See metrics_platform_client.schema.json#61 for the formal declaration of the available operators, and the (syntactically) allowed operand types for each operator. (Note that the word operator is not used in the schema file; property is used instead.)
Stream registration
Next, list your stream in wgEventLoggingStreamNames in ext-EventLogging.php so that Test Kitchen (by way of the EventLogging extension) will get the config for your stream and be able to produce these events.

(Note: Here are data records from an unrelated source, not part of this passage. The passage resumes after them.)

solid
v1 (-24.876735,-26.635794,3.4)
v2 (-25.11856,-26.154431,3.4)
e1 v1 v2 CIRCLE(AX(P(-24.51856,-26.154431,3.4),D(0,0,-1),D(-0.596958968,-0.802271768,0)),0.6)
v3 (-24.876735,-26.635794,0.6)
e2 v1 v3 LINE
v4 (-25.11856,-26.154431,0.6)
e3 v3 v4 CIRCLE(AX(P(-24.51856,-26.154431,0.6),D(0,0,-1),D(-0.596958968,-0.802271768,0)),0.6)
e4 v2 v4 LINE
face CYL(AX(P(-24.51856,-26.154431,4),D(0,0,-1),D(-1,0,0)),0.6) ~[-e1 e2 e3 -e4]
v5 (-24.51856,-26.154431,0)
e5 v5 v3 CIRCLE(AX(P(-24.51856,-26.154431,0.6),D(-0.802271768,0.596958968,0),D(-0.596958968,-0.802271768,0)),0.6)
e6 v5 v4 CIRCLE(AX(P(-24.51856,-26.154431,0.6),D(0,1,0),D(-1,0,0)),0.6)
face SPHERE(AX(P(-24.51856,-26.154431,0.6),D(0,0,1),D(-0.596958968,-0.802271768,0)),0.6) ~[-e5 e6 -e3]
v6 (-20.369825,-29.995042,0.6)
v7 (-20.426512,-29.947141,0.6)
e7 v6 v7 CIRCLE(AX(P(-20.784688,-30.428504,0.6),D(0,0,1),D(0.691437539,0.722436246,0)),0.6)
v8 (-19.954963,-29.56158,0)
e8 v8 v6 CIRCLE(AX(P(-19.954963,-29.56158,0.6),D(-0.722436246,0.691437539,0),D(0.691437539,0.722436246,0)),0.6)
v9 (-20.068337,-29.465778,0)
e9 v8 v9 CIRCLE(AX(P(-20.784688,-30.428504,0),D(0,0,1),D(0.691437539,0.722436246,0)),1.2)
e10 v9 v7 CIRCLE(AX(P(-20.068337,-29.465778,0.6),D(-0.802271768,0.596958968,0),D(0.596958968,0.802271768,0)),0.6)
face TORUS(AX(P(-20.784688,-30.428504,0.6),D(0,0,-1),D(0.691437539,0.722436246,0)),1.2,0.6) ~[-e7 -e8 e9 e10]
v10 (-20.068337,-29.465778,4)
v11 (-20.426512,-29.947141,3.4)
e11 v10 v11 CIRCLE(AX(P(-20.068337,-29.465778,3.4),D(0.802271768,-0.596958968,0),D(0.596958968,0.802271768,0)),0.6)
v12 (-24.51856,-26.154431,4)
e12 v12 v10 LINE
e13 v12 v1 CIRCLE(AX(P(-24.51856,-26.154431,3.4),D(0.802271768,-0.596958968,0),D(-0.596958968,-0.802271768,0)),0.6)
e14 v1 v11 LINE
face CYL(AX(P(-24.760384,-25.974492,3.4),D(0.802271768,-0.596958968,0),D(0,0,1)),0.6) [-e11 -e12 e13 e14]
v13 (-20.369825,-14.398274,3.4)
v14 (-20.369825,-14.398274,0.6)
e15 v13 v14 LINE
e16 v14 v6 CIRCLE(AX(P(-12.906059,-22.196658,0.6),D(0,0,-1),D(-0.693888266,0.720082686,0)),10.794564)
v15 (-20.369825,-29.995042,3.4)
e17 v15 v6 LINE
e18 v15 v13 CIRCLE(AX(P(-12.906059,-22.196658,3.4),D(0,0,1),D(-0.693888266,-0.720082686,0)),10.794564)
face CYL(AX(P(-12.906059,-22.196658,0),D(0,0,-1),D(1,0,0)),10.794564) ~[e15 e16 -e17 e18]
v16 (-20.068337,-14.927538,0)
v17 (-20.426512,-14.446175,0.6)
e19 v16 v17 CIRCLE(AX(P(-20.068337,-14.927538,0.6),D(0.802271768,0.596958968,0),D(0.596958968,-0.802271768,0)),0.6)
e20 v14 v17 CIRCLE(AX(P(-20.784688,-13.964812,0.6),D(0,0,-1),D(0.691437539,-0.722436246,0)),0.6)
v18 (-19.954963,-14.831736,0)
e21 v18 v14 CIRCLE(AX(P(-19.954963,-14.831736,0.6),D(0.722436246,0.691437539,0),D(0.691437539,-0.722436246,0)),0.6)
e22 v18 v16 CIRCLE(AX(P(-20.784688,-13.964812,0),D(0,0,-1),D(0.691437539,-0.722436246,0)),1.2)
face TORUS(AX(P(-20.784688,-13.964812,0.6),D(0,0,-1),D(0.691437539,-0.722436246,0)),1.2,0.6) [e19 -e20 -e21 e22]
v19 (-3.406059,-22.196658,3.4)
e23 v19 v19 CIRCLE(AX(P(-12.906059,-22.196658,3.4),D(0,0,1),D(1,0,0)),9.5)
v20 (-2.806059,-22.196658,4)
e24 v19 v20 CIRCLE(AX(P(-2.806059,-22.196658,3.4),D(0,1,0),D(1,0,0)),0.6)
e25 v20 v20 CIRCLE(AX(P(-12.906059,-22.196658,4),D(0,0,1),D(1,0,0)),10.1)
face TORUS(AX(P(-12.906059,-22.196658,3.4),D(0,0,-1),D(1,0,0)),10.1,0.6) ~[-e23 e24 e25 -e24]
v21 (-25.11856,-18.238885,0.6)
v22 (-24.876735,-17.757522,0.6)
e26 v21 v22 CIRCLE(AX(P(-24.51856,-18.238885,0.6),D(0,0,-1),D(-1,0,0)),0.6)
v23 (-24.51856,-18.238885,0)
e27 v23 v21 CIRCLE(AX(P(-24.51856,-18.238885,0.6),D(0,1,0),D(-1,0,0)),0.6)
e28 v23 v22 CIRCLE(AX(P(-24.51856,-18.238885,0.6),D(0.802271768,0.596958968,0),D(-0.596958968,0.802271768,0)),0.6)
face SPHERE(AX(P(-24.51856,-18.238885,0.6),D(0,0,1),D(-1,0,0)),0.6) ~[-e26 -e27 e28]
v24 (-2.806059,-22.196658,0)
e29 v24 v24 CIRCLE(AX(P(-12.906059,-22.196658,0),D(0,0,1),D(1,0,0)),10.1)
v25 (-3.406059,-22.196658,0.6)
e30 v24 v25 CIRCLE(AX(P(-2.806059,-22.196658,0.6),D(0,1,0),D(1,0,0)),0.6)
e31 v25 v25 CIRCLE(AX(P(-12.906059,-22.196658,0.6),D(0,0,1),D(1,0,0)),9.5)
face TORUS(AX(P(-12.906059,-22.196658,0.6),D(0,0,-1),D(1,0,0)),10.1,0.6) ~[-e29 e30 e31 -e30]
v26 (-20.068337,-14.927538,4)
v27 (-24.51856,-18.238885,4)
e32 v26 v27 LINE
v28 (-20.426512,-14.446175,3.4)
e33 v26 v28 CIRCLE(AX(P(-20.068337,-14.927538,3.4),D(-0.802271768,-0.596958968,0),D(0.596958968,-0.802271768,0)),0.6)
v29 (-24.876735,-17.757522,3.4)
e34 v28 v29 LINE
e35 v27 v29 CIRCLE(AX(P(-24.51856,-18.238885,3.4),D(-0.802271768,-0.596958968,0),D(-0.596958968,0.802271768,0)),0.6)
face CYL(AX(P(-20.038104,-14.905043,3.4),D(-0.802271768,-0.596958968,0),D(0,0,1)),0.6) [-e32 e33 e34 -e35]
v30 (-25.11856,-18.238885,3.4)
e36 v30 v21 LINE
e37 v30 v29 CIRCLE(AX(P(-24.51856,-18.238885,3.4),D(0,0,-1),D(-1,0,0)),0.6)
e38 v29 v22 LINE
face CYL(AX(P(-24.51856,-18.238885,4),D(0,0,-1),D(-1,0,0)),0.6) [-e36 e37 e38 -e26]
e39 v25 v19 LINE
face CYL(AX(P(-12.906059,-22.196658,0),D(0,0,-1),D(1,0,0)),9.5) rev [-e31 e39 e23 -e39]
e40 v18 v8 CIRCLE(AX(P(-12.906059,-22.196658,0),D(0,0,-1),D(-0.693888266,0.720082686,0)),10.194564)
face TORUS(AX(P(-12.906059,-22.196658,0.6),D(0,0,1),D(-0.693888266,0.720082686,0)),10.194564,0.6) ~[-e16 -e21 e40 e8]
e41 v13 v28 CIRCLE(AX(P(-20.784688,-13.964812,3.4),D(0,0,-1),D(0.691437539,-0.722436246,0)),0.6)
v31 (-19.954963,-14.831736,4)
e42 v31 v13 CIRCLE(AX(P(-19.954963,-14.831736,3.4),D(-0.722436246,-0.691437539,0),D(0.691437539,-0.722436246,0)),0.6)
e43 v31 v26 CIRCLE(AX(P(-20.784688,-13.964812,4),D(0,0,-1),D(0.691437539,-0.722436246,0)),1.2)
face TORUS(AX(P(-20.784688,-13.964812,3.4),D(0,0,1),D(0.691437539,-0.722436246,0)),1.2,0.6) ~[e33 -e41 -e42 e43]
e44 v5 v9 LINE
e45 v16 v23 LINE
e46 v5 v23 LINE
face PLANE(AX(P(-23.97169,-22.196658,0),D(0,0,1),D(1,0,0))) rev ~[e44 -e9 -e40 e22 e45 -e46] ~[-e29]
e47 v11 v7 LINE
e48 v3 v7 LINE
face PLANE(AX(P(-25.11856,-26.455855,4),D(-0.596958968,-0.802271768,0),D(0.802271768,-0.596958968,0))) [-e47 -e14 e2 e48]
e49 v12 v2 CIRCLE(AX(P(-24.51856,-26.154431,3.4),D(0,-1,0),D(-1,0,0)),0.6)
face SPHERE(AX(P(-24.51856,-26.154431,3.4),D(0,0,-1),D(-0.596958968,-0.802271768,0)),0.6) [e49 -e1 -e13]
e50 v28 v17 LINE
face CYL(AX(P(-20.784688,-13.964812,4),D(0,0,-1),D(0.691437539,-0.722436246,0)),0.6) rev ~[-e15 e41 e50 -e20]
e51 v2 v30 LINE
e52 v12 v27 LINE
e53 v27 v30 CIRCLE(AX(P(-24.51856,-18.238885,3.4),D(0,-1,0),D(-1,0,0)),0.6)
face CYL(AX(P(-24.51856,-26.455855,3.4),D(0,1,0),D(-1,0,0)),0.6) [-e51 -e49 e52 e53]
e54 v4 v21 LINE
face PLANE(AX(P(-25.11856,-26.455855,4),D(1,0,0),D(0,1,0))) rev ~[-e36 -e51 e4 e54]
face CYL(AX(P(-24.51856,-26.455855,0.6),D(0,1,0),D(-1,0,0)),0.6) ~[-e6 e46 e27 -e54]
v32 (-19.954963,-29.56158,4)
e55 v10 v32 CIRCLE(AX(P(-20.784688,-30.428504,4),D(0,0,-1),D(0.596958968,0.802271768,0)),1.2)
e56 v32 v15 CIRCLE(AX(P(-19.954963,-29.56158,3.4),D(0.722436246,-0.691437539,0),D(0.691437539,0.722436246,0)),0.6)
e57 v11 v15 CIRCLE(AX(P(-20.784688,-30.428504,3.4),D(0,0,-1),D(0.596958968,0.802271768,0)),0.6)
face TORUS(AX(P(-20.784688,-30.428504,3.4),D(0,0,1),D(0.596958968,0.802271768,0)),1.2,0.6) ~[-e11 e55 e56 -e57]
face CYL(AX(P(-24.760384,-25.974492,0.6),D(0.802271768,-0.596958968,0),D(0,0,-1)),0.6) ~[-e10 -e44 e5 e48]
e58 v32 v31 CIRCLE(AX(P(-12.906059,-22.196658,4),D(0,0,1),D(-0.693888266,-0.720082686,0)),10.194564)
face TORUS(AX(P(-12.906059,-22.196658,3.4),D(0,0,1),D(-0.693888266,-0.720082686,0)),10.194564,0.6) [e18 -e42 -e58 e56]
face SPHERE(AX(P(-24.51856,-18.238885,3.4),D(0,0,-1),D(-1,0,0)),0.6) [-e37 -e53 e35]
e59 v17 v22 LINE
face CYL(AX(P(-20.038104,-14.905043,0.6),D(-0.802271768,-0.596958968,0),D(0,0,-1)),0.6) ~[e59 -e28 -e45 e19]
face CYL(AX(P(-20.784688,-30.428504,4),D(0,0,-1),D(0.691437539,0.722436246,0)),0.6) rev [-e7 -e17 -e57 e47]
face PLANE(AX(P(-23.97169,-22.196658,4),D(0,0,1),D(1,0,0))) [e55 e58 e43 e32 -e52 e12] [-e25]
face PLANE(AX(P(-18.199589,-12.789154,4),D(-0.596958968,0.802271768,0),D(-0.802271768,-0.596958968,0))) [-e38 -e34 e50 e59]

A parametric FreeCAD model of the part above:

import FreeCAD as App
import Part
import Sketcher

V = App.Vector
Q = App.Units.Quantity


def edges_at(feature, points):
    """Names of the edges that pass closest to the given points."""
    edges = feature.Shape.Edges
    near = lambda p: min(range(len(edges)), key=lambda i: edges[i].distToShape(Part.Vertex(*p))[0])
    return sorted({f"Edge{near(p) + 1}" for p in points})


def add_polygon(sketch, points):
    """Adds a closed chain of lines whose ends are joined by coincident constraints."""
    first, n = sketch.GeometryCount, len(points)
    for a, b in zip(points, points[1:] + points[:1]):
        sketch.addGeometry(Part.LineSegment(App.Vector(*a, 0), App.Vector(*b, 0)), False)
    for i in range(n):
        sketch.addConstraint(Sketcher.Constraint("Coincident", first + i, 2, first + (i + 1) % n, 1))

doc = App.newDocument("Part")
body = doc.addObject("PartDesign::Body", "Body")

sketch1 = doc.addObject("Sketcher::SketchObject", "Sketch")
body.addObject(sketch1)
sketch1.AttachmentSupport = (doc.XY_Plane, [""])
sketch1.MapMode = "FlatFace"
sketch1.addGeometry([
    Part.Circle(V(-13, -22, 0), V(0, 0, 1), 11),
    Part.Circle(V(-13, -22, 0), V(0, 0, 1), 10),
], False)
sketch1.addConstraint([
    Sketcher.Constraint("Coincident", 1, 3, 0, 3),
    Sketcher.Constraint("Diameter", 1, Q("19 mm")),
    Sketcher.Constraint("Diameter", 0, Q("21.589127 mm")),
    Sketcher.Constraint("DistanceX", 0, 3, -1, 1, Q("12.906059 mm")),
    Sketcher.Constraint("DistanceY", 0, 3, -1, 1, Q("22.196658 mm")),
])
pad1 = doc.addObject("PartDesign::Pad", "Pad")
body.addObject(pad1)
pad1.Profile = sketch1
pad1.Length = 4

sketch2 = doc.addObject("Sketcher::SketchObject", "Sketch001")
body.addObject(sketch2)
sketch2.AttachmentSupport = (doc.XY_Plane, [""])
sketch2.MapMode = "FlatFace"
sketch2.AttachmentOffset = App.Placement(V(0, 0, 4), App.Rotation())
add_polygon(sketch2, [(-25, -18), (-25, -26), (-18, -32), (-23, -26), (-23, -18), (-18, -13)])
sketch2.addConstraint([
    Sketcher.Constraint("Vertical", 0),
    Sketcher.Constraint("Vertical", 3),
    Sketcher.Constraint("Horizontal", 0, 2, 2, 2),
    Sketcher.Constraint("Horizontal", 3, 2, 5, 2),
    Sketcher.Constraint("Vertical", 1, 2, 4, 2),
    Sketcher.Constraint("Equal", 2, 4),
    Sketcher.Constraint("DistanceY", 1, 2, 3, 2, Q("13.666702 mm")),
    Sketcher.Constraint("DistanceY", 0, 2, 0, 1, Q("8.518395 mm")),
    Sketcher.Constraint("DistanceX", 0, 2, -1, 1, Q("25.11856 mm")),
    Sketcher.Constraint("DistanceX", 1, 2, -1, 1, Q("18.199589 mm")),
    Sketcher.Constraint("DistanceX", 2, 2, -1, 1, Q("22.824821 mm")),
    Sketcher.Constraint("DistanceY", 3, 2, -1, 1, Q("17.937461 mm")),
])
pad2 = doc.addObject("PartDesign::Pad", "Pad001")
body.addObject(pad2)
pad2.Profile = sketch2
pad2.Length = 4
pad2.Reversed = True
doc.recompute()

fillet = doc.addObject("PartDesign::Fillet", "Fillet")
body.addObject(fillet)
fillet.Base = (pad2, edges_at(pad2, [
    (-2.111, -22.197, 4),
    (-2.111, -22.197, 0),
    (-22.757, -28.213, 0),
    (-25.119, -22.197, 4),
    (-22.757, -16.181, 4),
    (-25.119, -22.197, 0),
    (-22.757, -16.181, 0),
    (-22.406, -22.197, 4),
    (-22.406, -22.197, 0),
    (-25.119, -26.456, 2),
    (-25.119, -17.937, 2),
    (-20.396, -14.424, 2),
    (-20.396, -29.97, 2),
    (-22.757, -28.213, 4),
]))
fillet.Radius = 0.6

doc.recompute()
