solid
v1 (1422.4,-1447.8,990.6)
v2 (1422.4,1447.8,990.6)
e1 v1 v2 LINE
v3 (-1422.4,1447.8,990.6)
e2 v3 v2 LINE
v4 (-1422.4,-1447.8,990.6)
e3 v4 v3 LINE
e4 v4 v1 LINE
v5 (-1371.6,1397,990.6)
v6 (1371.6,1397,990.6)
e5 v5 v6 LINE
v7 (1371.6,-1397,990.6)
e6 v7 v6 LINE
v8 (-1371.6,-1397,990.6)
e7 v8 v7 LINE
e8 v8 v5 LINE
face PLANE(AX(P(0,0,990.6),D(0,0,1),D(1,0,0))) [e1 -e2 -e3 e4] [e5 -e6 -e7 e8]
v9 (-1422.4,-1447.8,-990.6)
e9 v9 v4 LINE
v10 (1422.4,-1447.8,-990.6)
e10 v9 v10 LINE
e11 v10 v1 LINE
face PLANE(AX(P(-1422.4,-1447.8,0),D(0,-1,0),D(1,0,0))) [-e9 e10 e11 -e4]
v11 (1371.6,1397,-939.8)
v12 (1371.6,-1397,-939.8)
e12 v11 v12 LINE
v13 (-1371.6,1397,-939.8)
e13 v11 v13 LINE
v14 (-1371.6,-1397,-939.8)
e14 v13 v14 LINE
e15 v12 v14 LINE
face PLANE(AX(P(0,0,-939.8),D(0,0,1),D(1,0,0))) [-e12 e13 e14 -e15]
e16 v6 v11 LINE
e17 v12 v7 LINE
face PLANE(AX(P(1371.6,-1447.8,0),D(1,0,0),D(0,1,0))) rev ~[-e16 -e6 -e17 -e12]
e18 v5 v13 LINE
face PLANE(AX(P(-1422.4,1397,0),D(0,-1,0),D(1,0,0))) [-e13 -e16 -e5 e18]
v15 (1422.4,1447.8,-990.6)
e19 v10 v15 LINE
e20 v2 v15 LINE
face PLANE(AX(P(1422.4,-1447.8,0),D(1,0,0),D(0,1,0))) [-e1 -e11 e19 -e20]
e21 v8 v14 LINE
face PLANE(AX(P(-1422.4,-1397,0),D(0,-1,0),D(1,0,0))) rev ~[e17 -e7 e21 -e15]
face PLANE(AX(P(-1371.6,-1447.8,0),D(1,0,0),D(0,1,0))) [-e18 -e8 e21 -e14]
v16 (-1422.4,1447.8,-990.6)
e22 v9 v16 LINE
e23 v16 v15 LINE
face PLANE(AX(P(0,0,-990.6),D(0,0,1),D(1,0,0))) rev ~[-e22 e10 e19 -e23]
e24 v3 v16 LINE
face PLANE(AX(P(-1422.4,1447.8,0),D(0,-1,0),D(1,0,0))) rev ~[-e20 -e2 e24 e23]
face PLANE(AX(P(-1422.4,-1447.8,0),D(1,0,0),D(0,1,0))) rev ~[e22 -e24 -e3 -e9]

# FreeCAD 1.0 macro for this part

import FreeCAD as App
import Part
import Sketcher
from FreeCAD import Vector
Q = App.Units.Quantity


def faces_at(feature, points):
    """Names of the faces that lie closest to the given points."""
    faces = feature.Shape.Faces
    near = lambda p: min(range(len(faces)), key=lambda i: faces[i].distToShape(Part.Vertex(*p))[0])
    return sorted({f"Face{near(p) + 1}" for p in points})


def add_polygon(sketch, points):
    """Adds a closed chain of lines whose ends are joined by coincident constraints."""
    first, n = sketch.GeometryCount, len(points)
    for a, b in zip(points, points[1:] + points[:1]):
        sketch.addGeometry(Part.LineSegment(App.Vector(*a, 0), App.Vector(*b, 0)), False)
    for i in range(n):
        sketch.addConstraint(Sketcher.Constraint("Coincident", first + i, 2, first + (i + 1) % n, 1))

doc = App.newDocument("Part")
body = doc.addObject("PartDesign::Body", "Body")

sketch1 = body.newObject("Sketcher::SketchObject", "Sketch")
sketch1.AttachmentSupport = (doc.getObject("XY_Plane"), [""])
sketch1.MapMode = "FlatFace"
add_polygon(sketch1, [(-1422.4, 1447.8), (-1422.4, -1447.8), (1422.4, -1447.8), (1422.4, 1447.8)])
sketch1.addConstraint([
    Sketcher.Constraint("Vertical", 0),
    Sketcher.Constraint("Horizontal", 1),
    Sketcher.Constraint("Vertical", 2),
    Sketcher.Constraint("Horizontal", 3),
    Sketcher.Constraint("Symmetric", 0, 2, 2, 2, -1, 1),
    Sketcher.Constraint("DistanceX", 1, 1, 1, 2, Q("112 in")),
    Sketcher.Constraint("DistanceY", 0, 2, 0, 1, Q("114 in")),
])
pad1 = body.newObject("PartDesign::Pad", "Pad")
pad1.Profile = sketch1
pad1.Length = Q("78 in")
pad1.Midplane = True
doc.recompute()

thickness = body.newObject("PartDesign::Thickness", "Thickness")
thickness.Base = (pad1, faces_at(pad1, [(0, 0, 990.6)]))
thickness.Value = Q("2 in")
thickness.Reversed = True
thickness.Join = "Arc"

doc.recompute()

'wgEventLoggingStreamNames' => [
'default' => [
// ...
'mediawiki.interwiki_link_hover',
],
],
If you've made these changes in
InitialiseSettings-labs.php
, you can find a reviewer to just merge your change and the config will be automatically synced to the beta cluster. If your instrumentation code changes are also merged, you'll then be sending these events in the beta environment.
If you've made these changes in
ext-EventLogging.php
, you'll need to schedule a
Backport window deployment
to sync out your config change to the production cluster. See
Deployments
and
Backport windows
for instructions.
Overriding event stream config settings
To override config settings for event streams, see Event Platform/Instrumentation How To#Overriding event stream config settings .
Configuring a stream in the beta cluster
If you want to observe a Beta cluster stream using the Beta cluster eventstreams-ui tool , you must ensure that the stream is defined for the Beta Cluster Meta-Wiki, as determined by the rules explained in Configuration files . That tool fetches stream configurations from that Meta-Wiki.
If you want to create a stream on the Beta Cluster which is not configured on Production (or is configured differently on Production), you need to declare that stream in
InitialiseSettings-labs.php
. In some cases, you may need to prepend your
InitialiseSettings-labs.php
configuration key with '-', as explained in
Configuration files
.
Decommissioning
As noted in Event Platform/Instrumentation How To#Decommissioning , stream-related code and configuration can be removed at anytime to stop producing an event stream.